**Exercise description:** In the listing below, locate the line containing "-9.201918989), (53.34, 0))" and the line containing "The same part". Output both of them and every line between, exactly as written, and nothing more.
-=-=-=-=-
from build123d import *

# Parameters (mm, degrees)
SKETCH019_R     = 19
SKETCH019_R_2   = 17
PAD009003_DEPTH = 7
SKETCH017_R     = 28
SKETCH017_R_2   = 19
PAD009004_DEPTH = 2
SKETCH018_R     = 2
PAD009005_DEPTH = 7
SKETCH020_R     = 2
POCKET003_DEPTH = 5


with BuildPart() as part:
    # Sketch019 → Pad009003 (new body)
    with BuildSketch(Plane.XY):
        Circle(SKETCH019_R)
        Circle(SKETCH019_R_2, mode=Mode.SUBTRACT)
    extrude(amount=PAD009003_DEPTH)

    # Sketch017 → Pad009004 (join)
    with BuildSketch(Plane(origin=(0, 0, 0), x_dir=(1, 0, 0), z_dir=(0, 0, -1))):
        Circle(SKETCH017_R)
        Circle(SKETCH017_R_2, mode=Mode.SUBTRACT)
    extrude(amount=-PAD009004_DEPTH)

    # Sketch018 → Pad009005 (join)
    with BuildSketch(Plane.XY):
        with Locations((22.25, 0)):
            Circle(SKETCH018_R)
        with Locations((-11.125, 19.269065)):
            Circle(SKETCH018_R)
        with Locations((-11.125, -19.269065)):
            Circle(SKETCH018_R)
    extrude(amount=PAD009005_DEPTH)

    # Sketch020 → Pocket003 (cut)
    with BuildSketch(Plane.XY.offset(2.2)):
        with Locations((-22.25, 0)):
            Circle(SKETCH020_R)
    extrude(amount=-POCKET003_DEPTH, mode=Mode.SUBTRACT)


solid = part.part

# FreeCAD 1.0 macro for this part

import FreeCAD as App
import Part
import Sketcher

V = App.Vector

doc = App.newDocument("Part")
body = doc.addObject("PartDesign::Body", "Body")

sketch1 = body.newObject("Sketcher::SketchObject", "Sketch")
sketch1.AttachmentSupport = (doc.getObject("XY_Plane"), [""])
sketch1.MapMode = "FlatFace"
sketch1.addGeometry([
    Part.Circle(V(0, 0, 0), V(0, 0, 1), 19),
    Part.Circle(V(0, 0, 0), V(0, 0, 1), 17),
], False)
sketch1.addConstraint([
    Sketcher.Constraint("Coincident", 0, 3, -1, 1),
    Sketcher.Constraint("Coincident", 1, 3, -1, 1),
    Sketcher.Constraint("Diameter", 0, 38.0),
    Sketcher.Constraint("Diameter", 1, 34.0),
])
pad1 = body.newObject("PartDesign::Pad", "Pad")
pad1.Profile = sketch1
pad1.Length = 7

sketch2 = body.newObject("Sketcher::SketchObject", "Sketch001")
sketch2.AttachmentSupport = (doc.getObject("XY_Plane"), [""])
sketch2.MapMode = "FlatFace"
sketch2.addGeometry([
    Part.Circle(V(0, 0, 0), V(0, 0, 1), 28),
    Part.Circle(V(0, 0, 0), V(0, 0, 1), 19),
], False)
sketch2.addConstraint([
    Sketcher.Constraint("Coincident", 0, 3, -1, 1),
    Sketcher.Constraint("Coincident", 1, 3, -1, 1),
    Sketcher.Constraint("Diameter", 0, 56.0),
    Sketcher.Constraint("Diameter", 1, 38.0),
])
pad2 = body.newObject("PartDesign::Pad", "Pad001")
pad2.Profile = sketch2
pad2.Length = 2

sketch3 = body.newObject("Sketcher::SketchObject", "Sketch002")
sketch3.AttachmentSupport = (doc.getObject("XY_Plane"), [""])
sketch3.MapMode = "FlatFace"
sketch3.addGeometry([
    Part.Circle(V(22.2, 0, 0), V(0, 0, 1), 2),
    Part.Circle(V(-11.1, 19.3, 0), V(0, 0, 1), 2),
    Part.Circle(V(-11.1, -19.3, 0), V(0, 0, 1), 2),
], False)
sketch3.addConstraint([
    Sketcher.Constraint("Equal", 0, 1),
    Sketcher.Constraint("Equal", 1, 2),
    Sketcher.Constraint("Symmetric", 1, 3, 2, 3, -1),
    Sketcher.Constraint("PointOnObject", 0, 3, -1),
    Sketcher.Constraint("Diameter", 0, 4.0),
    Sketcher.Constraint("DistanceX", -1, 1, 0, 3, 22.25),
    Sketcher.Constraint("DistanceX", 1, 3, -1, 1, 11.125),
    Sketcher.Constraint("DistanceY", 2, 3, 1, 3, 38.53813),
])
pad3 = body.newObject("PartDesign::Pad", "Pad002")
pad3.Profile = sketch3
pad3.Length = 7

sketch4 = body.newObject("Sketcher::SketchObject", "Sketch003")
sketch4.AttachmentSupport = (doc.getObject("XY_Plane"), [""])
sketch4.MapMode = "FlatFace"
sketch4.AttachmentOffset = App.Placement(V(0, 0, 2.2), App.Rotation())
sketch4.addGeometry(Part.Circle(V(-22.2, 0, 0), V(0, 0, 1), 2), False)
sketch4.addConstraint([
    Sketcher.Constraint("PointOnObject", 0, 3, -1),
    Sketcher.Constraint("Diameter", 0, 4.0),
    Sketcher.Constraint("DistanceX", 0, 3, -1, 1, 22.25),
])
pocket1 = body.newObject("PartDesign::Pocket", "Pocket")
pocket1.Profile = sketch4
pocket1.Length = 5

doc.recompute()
-=-=-=-=-
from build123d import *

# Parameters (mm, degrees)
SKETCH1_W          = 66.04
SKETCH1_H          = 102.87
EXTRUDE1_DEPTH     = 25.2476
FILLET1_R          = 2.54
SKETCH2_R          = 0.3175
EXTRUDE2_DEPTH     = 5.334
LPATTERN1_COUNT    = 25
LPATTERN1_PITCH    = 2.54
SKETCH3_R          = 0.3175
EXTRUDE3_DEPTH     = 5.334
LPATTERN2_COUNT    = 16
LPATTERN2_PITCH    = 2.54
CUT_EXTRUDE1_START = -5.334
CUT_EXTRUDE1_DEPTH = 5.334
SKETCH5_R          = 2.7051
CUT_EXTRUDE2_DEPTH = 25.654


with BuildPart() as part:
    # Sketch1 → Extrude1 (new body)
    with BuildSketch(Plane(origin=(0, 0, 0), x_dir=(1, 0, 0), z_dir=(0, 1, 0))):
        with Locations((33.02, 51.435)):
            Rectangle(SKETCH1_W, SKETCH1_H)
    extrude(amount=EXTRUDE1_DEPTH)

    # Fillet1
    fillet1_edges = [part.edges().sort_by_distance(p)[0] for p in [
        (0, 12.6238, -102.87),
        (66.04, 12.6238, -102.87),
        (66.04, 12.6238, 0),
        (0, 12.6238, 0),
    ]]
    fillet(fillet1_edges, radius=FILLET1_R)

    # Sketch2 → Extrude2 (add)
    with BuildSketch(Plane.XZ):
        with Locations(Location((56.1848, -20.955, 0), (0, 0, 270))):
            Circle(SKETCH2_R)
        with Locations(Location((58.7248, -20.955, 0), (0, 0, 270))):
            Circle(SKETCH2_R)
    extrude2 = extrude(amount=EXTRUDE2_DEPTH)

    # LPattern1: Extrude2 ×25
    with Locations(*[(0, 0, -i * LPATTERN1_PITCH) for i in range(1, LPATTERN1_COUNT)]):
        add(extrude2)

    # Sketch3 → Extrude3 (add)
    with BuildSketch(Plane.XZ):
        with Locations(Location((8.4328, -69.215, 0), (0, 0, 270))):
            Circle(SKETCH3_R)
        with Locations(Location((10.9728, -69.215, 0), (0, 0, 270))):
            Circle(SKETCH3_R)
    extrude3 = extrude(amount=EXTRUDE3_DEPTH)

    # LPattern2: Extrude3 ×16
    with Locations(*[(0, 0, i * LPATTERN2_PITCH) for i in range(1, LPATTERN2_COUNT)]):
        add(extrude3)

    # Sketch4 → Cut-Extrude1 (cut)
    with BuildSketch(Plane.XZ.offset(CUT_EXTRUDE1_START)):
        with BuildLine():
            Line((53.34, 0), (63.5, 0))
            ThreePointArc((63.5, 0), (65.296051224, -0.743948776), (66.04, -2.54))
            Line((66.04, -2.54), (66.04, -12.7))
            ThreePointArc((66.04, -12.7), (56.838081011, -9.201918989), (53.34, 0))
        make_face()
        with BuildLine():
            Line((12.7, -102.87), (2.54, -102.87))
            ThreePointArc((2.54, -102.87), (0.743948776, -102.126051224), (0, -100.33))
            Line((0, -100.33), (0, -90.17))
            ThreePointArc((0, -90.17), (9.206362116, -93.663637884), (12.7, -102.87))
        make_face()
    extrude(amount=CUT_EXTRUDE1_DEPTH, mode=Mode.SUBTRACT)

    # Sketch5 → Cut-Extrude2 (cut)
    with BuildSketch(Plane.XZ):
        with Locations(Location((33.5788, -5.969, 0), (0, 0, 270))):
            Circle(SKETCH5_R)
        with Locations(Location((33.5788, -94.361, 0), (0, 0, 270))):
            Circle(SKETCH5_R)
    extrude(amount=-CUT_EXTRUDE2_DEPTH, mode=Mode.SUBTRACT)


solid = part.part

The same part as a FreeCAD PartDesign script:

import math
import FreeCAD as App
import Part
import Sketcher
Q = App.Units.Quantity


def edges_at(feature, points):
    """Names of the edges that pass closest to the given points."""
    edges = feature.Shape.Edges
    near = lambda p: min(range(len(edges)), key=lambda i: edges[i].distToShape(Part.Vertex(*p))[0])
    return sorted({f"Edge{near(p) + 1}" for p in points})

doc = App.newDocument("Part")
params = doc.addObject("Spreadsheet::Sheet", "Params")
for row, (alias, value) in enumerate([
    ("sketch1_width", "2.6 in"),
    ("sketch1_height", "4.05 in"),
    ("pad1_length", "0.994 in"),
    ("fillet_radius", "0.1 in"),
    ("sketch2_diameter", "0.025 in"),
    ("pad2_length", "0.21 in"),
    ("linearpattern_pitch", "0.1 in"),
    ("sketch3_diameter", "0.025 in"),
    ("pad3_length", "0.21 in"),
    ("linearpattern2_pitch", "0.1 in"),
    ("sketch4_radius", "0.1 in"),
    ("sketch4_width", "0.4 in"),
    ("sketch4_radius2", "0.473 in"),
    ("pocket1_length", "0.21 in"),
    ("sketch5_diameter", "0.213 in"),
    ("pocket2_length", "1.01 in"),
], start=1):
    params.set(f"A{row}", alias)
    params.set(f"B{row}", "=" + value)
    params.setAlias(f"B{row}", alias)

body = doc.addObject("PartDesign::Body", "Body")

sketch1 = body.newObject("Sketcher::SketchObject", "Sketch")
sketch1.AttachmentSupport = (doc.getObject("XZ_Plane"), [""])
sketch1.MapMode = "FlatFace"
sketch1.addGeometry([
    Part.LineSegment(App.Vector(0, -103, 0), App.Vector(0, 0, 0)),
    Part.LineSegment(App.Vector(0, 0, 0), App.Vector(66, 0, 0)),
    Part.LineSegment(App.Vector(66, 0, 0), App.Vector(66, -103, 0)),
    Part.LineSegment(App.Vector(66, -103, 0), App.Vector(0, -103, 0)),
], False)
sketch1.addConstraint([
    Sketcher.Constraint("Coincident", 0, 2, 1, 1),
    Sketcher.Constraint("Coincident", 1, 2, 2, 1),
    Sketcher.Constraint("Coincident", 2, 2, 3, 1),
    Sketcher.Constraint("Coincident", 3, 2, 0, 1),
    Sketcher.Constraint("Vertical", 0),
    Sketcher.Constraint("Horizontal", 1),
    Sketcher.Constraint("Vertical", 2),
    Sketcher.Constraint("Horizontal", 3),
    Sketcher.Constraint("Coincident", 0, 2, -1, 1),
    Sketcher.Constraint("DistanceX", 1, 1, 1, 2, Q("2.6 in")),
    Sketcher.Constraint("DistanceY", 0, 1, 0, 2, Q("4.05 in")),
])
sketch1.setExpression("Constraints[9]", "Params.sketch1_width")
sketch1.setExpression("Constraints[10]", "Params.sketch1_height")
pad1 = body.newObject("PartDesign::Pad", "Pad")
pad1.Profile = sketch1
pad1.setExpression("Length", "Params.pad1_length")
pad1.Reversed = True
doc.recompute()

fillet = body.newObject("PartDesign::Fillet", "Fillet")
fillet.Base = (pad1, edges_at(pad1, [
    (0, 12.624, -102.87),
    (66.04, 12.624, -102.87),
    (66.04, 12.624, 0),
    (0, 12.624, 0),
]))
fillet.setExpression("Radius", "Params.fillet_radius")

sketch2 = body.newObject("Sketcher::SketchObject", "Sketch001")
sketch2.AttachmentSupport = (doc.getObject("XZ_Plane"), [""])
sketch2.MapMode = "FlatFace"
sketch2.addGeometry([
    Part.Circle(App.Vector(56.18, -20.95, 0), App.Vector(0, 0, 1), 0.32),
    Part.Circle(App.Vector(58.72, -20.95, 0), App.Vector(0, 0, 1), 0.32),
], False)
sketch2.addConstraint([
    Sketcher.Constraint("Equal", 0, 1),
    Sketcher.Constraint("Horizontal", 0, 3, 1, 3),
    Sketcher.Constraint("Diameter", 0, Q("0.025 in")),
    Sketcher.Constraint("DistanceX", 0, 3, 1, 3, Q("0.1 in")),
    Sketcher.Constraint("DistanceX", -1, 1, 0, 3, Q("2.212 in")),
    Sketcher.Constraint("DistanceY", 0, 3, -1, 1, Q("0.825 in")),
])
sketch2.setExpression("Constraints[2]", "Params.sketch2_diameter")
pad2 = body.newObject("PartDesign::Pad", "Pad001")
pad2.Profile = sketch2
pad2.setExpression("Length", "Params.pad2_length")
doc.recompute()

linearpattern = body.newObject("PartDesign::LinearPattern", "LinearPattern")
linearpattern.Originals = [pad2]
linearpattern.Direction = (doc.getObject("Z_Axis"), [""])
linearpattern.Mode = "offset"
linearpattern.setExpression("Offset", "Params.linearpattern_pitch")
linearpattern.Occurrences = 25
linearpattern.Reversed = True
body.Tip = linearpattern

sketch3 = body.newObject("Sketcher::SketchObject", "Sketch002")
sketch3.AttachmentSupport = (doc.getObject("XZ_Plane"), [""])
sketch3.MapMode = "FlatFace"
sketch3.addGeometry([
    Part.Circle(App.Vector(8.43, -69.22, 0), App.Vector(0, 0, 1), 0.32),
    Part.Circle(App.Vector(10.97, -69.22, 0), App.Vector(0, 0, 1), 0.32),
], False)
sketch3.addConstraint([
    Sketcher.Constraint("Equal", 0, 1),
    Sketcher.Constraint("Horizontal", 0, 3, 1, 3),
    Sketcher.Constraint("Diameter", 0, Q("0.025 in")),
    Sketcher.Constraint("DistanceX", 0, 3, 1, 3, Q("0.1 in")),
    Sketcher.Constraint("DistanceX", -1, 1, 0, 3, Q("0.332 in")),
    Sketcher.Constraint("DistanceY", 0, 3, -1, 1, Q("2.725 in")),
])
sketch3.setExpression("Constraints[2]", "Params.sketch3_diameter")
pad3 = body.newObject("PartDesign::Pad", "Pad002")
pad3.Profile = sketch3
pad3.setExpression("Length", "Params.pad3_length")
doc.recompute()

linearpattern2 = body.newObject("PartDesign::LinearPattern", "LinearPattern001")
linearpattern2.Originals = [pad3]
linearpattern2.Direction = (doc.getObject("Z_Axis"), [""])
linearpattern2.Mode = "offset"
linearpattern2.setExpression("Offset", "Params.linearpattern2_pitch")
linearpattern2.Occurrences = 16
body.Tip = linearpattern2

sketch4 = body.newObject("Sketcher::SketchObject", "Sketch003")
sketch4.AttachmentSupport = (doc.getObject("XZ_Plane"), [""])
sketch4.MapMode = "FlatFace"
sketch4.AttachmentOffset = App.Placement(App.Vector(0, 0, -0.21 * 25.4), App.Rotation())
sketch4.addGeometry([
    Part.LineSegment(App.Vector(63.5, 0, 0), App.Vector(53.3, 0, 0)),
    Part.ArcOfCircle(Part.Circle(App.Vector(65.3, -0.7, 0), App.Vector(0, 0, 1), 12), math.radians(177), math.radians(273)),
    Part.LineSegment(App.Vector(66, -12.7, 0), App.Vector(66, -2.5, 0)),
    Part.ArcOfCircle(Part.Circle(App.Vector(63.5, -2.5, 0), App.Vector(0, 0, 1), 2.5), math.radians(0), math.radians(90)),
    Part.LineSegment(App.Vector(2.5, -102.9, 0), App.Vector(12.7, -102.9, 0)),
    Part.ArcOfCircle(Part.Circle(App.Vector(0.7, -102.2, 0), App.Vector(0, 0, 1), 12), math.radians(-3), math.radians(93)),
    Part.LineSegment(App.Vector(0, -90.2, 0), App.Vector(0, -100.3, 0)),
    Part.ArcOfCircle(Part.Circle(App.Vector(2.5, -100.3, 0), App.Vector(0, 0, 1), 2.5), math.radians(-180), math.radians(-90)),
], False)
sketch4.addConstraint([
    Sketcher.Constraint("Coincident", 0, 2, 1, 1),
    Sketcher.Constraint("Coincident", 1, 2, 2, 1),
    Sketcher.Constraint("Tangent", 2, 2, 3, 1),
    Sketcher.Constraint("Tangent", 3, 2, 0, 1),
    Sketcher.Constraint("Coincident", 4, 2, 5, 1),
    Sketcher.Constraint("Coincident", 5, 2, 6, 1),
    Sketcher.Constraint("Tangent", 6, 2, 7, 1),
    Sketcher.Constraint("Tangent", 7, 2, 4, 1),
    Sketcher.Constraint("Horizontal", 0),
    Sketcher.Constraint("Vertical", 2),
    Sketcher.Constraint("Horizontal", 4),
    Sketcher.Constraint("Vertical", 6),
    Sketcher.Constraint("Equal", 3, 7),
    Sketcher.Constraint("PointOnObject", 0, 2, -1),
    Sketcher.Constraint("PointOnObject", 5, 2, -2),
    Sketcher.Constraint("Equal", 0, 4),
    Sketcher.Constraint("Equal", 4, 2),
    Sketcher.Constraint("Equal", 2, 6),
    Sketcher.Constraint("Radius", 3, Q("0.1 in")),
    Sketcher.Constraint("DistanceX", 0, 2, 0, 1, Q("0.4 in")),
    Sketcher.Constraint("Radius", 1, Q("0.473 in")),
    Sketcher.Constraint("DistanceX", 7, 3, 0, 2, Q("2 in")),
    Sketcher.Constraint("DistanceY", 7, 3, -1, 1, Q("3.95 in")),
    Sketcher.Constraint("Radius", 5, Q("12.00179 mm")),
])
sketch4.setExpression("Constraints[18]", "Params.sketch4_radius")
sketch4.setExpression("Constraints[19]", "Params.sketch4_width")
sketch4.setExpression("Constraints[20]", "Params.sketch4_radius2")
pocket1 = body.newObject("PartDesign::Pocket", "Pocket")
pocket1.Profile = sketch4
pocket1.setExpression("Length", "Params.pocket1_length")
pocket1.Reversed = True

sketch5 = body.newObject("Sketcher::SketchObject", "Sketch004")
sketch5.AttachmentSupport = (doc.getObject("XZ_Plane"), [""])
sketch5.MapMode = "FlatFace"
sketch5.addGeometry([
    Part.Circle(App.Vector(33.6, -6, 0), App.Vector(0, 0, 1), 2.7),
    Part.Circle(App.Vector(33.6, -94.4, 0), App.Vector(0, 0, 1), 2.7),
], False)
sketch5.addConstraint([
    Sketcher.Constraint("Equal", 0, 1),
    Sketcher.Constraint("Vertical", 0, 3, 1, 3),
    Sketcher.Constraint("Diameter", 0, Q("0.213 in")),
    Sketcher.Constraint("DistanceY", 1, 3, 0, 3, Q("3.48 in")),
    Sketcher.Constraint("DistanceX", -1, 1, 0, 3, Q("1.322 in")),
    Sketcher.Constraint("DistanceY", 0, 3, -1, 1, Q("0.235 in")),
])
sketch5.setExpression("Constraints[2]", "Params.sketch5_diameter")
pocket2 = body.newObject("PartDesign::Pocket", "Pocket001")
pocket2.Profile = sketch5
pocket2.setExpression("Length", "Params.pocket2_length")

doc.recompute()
-=-=-=-=-
**Task response:**
            ThreePointArc((66.04, -12.7), (56.838081011, -9.201918989), (53.34, 0))
        make_face()
        with BuildLine():
            Line((12.7, -102.87), (2.54, -102.87))
            ThreePointArc((2.54, -102.87), (0.743948776, -102.126051224), (0, -100.33))
            Line((0, -100.33), (0, -90.17))
            ThreePointArc((0, -90.17), (9.206362116, -93.663637884), (12.7, -102.87))
        make_face()
    extrude(amount=CUT_EXTRUDE1_DEPTH, mode=Mode.SUBTRACT)

    # Sketch5 → Cut-Extrude2 (cut)
    with BuildSketch(Plane.XZ):
        with Locations(Location((33.5788, -5.969, 0), (0, 0, 270))):
            Circle(SKETCH5_R)
        with Locations(Location((33.5788, -94.361, 0), (0, 0, 270))):
            Circle(SKETCH5_R)
    extrude(amount=-CUT_EXTRUDE2_DEPTH, mode=Mode.SUBTRACT)


solid = part.part

The same part as a FreeCAD PartDesign script:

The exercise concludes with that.